Please repeat the listing exactly, starting at its first line and stopping after the line that contains "v -50 2000 86.603".

··· Data for this task

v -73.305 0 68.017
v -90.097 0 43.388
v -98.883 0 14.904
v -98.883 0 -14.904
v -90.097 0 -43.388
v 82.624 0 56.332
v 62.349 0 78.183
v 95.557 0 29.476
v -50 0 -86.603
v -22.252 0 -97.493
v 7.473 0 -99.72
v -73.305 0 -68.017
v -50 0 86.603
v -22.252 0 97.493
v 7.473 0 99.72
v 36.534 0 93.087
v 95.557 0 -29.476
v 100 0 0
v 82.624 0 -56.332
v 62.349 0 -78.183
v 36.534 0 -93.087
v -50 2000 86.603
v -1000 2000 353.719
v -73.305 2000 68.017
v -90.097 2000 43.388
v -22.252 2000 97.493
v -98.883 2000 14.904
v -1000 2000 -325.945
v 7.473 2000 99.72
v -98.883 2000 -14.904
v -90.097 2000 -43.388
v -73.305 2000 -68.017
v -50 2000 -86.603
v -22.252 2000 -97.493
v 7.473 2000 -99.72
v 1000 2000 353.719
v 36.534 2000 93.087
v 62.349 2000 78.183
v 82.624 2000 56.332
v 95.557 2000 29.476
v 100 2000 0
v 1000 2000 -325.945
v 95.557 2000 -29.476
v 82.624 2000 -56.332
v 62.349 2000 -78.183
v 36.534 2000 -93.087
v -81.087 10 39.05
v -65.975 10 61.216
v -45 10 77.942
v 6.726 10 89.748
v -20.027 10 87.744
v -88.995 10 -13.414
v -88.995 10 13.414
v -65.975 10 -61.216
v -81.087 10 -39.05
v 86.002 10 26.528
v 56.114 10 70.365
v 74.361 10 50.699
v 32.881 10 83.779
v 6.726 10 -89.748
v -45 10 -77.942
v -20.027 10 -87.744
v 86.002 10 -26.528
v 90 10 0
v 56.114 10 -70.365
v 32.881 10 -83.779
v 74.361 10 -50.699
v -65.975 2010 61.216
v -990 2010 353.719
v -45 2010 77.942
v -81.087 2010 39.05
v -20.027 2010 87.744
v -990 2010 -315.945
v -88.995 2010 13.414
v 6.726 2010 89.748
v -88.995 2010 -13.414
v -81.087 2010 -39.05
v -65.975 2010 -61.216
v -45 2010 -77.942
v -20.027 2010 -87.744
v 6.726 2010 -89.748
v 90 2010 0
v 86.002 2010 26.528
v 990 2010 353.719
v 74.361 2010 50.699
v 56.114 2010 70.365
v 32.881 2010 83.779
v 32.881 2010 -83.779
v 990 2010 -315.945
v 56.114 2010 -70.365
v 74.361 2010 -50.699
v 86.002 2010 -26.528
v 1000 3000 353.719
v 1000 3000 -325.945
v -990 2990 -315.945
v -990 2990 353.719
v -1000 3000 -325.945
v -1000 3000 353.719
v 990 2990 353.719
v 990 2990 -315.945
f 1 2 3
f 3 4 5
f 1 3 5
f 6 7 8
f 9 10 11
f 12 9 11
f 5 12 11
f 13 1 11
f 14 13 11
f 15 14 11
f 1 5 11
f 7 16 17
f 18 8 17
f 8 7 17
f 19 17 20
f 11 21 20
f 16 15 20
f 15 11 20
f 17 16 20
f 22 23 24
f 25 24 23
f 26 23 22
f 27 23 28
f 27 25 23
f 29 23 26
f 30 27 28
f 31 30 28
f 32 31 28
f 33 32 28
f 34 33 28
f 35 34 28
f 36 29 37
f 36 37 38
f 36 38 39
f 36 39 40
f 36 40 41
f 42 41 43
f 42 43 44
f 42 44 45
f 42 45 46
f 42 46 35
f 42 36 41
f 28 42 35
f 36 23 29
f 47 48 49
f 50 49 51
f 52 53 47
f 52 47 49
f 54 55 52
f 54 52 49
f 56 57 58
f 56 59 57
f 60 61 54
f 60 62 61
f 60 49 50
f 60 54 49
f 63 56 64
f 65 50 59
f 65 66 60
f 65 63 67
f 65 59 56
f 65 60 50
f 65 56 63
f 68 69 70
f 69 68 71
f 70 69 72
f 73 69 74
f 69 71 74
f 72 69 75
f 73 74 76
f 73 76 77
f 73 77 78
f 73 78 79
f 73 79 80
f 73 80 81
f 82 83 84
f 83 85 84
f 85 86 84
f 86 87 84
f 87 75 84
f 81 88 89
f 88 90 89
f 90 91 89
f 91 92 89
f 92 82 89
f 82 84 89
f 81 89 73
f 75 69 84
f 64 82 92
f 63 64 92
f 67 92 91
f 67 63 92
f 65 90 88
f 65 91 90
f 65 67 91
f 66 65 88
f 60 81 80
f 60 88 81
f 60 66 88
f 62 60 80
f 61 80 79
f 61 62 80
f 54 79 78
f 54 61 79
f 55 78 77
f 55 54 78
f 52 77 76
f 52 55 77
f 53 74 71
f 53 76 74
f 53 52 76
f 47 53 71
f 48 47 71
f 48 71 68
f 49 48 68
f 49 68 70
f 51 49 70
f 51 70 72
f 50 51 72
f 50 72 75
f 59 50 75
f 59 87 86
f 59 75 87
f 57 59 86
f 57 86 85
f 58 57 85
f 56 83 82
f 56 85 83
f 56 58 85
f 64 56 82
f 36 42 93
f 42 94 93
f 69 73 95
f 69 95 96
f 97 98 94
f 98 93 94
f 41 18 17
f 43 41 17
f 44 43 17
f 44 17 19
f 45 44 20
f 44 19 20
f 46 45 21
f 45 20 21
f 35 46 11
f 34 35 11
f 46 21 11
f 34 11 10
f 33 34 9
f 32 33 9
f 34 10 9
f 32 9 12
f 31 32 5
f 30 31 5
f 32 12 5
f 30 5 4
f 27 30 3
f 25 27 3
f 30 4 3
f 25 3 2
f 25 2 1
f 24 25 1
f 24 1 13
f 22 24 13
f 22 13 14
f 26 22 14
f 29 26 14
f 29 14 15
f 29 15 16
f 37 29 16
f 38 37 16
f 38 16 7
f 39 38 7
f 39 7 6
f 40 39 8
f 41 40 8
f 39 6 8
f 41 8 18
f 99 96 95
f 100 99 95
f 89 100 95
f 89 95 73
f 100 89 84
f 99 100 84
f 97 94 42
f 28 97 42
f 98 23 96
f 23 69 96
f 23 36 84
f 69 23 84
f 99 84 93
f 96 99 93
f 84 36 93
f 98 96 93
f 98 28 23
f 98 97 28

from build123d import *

# Parameters (mm, degrees)
SKETCH2_R           = 100
BOSS_EXTRUDE1_DEPTH = 2000
BOSS_EXTRUDE2_DEPTH = 1000
SHELL1_T            = -10


with BuildPart() as part:
    # Sketch2 → Boss-Extrude1 (new body)
    with BuildSketch(Plane(origin=(0, 0, 0), x_dir=(1, 0, 0), z_dir=(0, 1, 0))):
        Circle(SKETCH2_R)
    extrude(amount=BOSS_EXTRUDE1_DEPTH)

    # Sketch3 → Boss-Extrude2 (add, symmetric)
    with BuildSketch(Plane(origin=(0, 0, 0), x_dir=(0, 0, -1), z_dir=(1, 0, 0))):
        Polygon((0, 2000), (-353.719295441, 2000), (-353.719295441, 3000), (325.945022222, 3000), (325.945022222, 2000), align=None)
    extrude(amount=BOSS_EXTRUDE2_DEPTH, both=True)

    # Shell1
    shell1_openings = [part.faces().sort_by_distance(p)[0] for p in [
        (0, 2500, 353.719295441),
    ]]
    offset(amount=SHELL1_T, openings=shell1_openings, kind=Kind.INTERSECTION)


solid = part.part
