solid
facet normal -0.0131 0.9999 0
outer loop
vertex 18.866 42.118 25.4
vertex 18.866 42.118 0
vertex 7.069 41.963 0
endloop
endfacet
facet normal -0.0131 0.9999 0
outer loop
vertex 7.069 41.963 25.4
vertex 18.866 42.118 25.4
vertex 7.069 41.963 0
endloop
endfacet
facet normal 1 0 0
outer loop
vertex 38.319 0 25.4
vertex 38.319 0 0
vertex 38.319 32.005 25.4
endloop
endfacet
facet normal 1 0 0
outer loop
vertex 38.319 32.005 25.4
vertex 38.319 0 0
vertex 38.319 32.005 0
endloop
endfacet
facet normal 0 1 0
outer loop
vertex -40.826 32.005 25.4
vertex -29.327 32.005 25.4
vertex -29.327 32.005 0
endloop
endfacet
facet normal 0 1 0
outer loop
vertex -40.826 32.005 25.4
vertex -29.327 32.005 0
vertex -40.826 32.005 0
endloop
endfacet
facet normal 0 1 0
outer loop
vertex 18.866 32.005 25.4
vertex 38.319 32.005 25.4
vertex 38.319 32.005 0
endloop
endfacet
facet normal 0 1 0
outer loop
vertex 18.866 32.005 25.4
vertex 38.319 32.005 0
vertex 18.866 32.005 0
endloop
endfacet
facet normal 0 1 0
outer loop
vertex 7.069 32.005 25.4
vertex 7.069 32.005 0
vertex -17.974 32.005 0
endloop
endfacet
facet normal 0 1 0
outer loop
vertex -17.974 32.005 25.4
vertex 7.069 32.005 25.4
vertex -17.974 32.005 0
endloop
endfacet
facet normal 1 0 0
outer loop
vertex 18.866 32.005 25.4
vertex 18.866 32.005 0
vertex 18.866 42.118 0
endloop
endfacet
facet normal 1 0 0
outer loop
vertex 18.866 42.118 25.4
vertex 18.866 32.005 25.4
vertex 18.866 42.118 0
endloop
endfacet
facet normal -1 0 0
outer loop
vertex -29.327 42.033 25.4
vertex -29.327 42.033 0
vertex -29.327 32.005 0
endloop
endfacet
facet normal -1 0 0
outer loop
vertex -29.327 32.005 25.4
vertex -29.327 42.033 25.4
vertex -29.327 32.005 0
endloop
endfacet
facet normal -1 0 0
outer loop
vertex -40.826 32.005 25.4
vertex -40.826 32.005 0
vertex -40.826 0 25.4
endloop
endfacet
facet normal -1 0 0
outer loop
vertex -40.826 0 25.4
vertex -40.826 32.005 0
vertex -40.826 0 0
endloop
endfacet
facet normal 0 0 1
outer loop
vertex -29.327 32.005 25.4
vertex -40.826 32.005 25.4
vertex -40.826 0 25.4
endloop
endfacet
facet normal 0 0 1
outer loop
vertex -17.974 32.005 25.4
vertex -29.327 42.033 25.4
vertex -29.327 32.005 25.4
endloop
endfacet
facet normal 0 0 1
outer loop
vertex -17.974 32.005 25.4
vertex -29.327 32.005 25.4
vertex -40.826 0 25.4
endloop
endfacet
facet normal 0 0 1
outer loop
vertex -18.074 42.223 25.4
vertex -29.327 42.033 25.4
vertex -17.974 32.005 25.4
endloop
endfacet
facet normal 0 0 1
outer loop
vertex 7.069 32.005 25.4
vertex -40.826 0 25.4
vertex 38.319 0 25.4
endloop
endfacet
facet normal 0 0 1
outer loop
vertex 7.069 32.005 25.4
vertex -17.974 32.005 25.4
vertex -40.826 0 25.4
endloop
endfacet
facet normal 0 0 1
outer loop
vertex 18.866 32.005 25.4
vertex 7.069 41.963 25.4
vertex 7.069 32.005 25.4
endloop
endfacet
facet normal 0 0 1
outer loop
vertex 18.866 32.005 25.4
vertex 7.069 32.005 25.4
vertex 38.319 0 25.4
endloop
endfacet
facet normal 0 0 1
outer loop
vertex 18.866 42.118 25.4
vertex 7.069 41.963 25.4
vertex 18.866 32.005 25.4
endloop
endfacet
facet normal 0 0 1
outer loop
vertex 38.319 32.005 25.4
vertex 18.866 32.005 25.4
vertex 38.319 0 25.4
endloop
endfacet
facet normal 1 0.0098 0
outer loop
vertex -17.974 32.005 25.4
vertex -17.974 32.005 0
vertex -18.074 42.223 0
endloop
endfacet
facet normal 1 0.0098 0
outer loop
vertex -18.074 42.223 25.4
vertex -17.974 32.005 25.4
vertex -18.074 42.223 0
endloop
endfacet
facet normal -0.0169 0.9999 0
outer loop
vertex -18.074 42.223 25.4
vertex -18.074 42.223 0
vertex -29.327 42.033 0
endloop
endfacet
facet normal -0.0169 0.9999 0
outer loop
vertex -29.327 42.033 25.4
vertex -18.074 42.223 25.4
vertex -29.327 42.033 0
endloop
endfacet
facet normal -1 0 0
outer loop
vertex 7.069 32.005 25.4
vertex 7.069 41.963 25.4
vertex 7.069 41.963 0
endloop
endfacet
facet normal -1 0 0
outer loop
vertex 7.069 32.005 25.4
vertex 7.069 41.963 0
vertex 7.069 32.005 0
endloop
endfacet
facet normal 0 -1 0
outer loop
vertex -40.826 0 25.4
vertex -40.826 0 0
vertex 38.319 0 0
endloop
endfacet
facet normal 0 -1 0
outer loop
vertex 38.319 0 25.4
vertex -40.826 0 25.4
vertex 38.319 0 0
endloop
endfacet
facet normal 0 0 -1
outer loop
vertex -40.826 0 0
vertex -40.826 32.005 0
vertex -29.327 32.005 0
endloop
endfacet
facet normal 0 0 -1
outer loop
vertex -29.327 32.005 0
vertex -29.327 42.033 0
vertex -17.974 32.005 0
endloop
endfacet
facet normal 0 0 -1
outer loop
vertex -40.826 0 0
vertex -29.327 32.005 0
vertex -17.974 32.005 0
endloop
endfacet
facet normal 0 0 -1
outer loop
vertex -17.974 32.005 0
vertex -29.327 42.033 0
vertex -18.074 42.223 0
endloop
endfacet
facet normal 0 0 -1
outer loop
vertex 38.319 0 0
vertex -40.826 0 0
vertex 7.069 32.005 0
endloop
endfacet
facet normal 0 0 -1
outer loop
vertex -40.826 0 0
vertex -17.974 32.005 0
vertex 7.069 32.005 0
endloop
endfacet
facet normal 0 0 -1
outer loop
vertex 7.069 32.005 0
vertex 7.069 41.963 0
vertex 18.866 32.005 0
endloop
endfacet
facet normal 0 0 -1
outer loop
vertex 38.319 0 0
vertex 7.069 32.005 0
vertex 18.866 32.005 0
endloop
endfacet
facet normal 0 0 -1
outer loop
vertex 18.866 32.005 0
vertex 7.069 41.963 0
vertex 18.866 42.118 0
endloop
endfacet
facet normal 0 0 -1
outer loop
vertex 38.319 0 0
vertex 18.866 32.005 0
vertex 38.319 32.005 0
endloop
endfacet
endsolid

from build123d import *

# Parameters (mm, degrees)
F1_DEPTH = 25.4
F2_DEPTH = 25.4


with BuildPart() as f1:
    # F0 (on Top) → F1 (new body)
    with BuildSketch(Plane.XY):
        Polygon((-29.327272, 32.004528), (-40.825695, 32.004528), (-40.825695, 0), (38.318675, 0), (38.318675, 32.004528), (18.865567, 32.004528), (7.069093, 32.004528), (0, 32.004528), (0, 18.464023), (5.171617, 18.464023), (4.928618, 13.130507), (0, 13.130507), (0, 7.304969), (-8.66149, 7.304969), (-8.66149, 13.279019), (-13.442378, 13.279019), (-13.442378, 18.870654), (-8.66149, 18.870654), (-8.66149, 32.004528), (-17.973778, 32.004528), align=None)
    extrude(amount=F1_DEPTH)

    # F0 (on Top) → F2 (join)
    with BuildSketch(Plane.XY):
        Polygon((-29.327272, 32.004528), (-40.825695, 32.004528), (-40.825695, 0), (38.318675, 0), (38.318675, 32.004528), (18.865567, 32.004528), (7.069093, 32.004528), (0, 32.004528), (0, 18.464023), (5.171617, 18.464023), (4.928618, 13.130507), (0, 13.130507), (0, 7.304969), (-8.66149, 7.304969), (-8.66149, 13.279019), (-13.442378, 13.279019), (-13.442378, 18.870654), (-8.66149, 18.870654), (-8.66149, 32.004528), (-17.973778, 32.004528), align=None)
        Polygon((-29.327272, 42.033378), (-29.327272, 32.004528), (-17.973778, 32.004528), (-18.074421, 42.22302), align=None)
        Polygon((0, 32.004528), (-8.66149, 32.004528), (-8.66149, 18.870654), (-13.442378, 18.870654), (-13.442378, 13.279019), (-8.66149, 13.279019), (-8.66149, 7.304969), (0, 7.304969), (0, 13.130507), (4.928618, 13.130507), (5.171617, 18.464023), (0, 18.464023), align=None)
        Polygon((7.069093, 32.004528), (18.865567, 32.004528), (18.865567, 42.118017), (7.069093, 41.962616), align=None)
    extrude(amount=F2_DEPTH)


solid = f1.part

······

▶ [Solution for this task]:
v -73.305 0 68.017
v -90.097 0 43.388
v -98.883 0 14.904
v -98.883 0 -14.904
v -90.097 0 -43.388
v 82.624 0 56.332
v 62.349 0 78.183
v 95.557 0 29.476
v -50 0 -86.603
v -22.252 0 -97.493
v 7.473 0 -99.72
v -73.305 0 -68.017
v -50 0 86.603
v -22.252 0 97.493
v 7.473 0 99.72
v 36.534 0 93.087
v 95.557 0 -29.476
v 100 0 0
v 82.624 0 -56.332
v 62.349 0 -78.183
v 36.534 0 -93.087
v -50 2000 86.603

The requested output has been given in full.